WHAT IS BEING ASKED: Of all the lines in the entries below, give again exactly those starting at the line containing "v -11.856 1.796 22.6" and ending at the line containing "v -13.145 3.664 -21.855", both ends included, and no others.

INFORMATION PROVIDED:
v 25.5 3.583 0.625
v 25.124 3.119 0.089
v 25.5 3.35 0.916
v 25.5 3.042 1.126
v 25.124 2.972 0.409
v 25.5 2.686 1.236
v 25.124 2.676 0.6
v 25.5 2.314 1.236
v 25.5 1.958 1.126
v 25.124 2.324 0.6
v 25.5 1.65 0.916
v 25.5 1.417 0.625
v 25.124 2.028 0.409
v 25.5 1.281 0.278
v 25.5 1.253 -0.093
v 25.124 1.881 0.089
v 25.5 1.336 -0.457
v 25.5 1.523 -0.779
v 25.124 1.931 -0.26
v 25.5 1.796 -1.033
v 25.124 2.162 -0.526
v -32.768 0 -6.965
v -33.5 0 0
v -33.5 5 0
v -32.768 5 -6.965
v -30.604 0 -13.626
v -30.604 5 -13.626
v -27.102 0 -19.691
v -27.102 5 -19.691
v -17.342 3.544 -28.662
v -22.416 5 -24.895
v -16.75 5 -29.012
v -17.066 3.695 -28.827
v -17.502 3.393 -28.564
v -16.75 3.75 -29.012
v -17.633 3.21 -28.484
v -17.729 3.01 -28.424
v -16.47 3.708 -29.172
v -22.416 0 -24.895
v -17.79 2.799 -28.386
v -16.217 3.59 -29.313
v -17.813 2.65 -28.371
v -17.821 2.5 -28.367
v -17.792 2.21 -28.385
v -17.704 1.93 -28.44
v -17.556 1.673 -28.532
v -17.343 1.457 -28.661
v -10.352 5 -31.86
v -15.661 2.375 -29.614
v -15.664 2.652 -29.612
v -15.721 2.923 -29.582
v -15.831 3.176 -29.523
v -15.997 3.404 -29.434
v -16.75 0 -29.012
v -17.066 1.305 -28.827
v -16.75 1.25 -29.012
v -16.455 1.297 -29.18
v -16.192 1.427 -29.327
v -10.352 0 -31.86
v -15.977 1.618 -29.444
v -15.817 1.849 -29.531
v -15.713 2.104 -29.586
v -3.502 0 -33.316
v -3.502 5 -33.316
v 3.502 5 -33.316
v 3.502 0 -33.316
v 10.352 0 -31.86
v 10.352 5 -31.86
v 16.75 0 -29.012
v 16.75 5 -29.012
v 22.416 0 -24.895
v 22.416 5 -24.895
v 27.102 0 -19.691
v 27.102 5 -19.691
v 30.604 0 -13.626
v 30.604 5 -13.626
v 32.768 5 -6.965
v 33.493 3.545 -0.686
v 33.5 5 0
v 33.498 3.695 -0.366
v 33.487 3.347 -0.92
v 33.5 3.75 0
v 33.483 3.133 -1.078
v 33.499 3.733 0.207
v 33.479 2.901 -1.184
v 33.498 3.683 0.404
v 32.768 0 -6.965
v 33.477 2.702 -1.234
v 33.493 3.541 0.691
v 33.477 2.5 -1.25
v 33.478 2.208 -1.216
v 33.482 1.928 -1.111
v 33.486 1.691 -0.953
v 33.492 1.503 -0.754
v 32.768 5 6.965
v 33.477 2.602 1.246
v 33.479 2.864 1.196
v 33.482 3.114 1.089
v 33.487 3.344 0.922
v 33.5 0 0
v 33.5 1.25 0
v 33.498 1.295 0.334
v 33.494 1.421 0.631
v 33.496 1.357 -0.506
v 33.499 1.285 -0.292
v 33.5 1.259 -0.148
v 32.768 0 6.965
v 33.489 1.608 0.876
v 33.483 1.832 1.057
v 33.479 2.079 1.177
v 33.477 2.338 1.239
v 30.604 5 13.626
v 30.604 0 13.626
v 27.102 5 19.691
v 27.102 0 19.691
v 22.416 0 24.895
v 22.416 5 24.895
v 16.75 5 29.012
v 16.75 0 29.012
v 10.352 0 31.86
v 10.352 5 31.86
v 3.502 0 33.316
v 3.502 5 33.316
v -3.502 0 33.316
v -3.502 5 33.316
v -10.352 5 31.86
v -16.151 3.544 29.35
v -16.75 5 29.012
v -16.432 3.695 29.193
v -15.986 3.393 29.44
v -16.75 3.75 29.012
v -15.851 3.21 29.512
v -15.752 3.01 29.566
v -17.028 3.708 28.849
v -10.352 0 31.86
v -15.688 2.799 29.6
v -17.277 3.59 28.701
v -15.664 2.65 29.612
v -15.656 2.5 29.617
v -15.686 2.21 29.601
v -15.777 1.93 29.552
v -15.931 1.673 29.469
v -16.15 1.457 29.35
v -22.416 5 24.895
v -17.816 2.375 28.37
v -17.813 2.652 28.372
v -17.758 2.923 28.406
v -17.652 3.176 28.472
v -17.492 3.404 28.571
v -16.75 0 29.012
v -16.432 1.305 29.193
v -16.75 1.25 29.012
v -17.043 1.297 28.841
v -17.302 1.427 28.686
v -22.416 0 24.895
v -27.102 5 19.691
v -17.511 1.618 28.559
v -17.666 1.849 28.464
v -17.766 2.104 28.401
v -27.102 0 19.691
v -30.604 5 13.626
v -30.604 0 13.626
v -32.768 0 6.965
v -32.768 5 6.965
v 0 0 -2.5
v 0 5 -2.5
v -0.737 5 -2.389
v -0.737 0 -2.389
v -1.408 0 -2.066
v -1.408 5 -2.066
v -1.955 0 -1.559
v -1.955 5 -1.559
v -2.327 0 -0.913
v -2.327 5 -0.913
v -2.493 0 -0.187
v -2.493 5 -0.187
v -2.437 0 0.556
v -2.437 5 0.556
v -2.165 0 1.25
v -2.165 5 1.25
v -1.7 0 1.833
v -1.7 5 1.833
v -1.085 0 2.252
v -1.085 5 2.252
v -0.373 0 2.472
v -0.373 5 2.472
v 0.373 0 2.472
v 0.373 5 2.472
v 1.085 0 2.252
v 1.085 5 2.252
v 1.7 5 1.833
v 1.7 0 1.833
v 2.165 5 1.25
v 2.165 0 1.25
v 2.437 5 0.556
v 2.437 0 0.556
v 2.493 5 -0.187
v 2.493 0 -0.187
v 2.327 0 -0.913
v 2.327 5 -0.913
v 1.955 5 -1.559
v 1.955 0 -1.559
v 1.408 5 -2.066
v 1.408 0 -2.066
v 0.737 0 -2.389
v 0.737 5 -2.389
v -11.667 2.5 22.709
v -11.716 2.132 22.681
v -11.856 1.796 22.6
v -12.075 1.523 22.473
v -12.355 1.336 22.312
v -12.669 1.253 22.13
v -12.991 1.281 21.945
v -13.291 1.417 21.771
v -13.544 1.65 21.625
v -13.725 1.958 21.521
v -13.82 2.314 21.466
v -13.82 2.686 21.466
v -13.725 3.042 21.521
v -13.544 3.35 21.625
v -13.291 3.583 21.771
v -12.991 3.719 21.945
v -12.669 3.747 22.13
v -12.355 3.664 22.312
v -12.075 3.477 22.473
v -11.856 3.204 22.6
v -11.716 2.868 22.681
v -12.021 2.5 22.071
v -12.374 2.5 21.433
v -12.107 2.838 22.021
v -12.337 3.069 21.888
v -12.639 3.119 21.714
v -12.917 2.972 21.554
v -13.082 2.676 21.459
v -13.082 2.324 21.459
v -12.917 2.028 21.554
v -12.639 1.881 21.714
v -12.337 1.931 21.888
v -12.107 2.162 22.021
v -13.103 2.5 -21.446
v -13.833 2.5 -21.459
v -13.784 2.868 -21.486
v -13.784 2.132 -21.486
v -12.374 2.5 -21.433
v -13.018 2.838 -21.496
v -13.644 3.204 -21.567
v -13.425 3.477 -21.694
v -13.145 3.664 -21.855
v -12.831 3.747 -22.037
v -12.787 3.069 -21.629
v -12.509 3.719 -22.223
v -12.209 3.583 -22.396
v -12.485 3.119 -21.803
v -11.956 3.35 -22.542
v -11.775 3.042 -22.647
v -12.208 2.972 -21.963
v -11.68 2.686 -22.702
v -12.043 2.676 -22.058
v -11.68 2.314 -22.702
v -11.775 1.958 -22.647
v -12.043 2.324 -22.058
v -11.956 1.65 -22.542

TASK ANSWER:
v -11.856 1.796 22.6
v -12.075 1.523 22.473
v -12.355 1.336 22.312
v -12.669 1.253 22.13
v -12.991 1.281 21.945
v -13.291 1.417 21.771
v -13.544 1.65 21.625
v -13.725 1.958 21.521
v -13.82 2.314 21.466
v -13.82 2.686 21.466
v -13.725 3.042 21.521
v -13.544 3.35 21.625
v -13.291 3.583 21.771
v -12.991 3.719 21.945
v -12.669 3.747 22.13
v -12.355 3.664 22.312
v -12.075 3.477 22.473
v -11.856 3.204 22.6
v -11.716 2.868 22.681
v -12.021 2.5 22.071
v -12.374 2.5 21.433
v -12.107 2.838 22.021
v -12.337 3.069 21.888
v -12.639 3.119 21.714
v -12.917 2.972 21.554
v -13.082 2.676 21.459
v -13.082 2.324 21.459
v -12.917 2.028 21.554
v -12.639 1.881 21.714
v -12.337 1.931 21.888
v -12.107 2.162 22.021
v -13.103 2.5 -21.446
v -13.833 2.5 -21.459
v -13.784 2.868 -21.486
v -13.784 2.132 -21.486
v -12.374 2.5 -21.433
v -13.018 2.838 -21.496
v -13.644 3.204 -21.567
v -13.425 3.477 -21.694
v -13.145 3.664 -21.855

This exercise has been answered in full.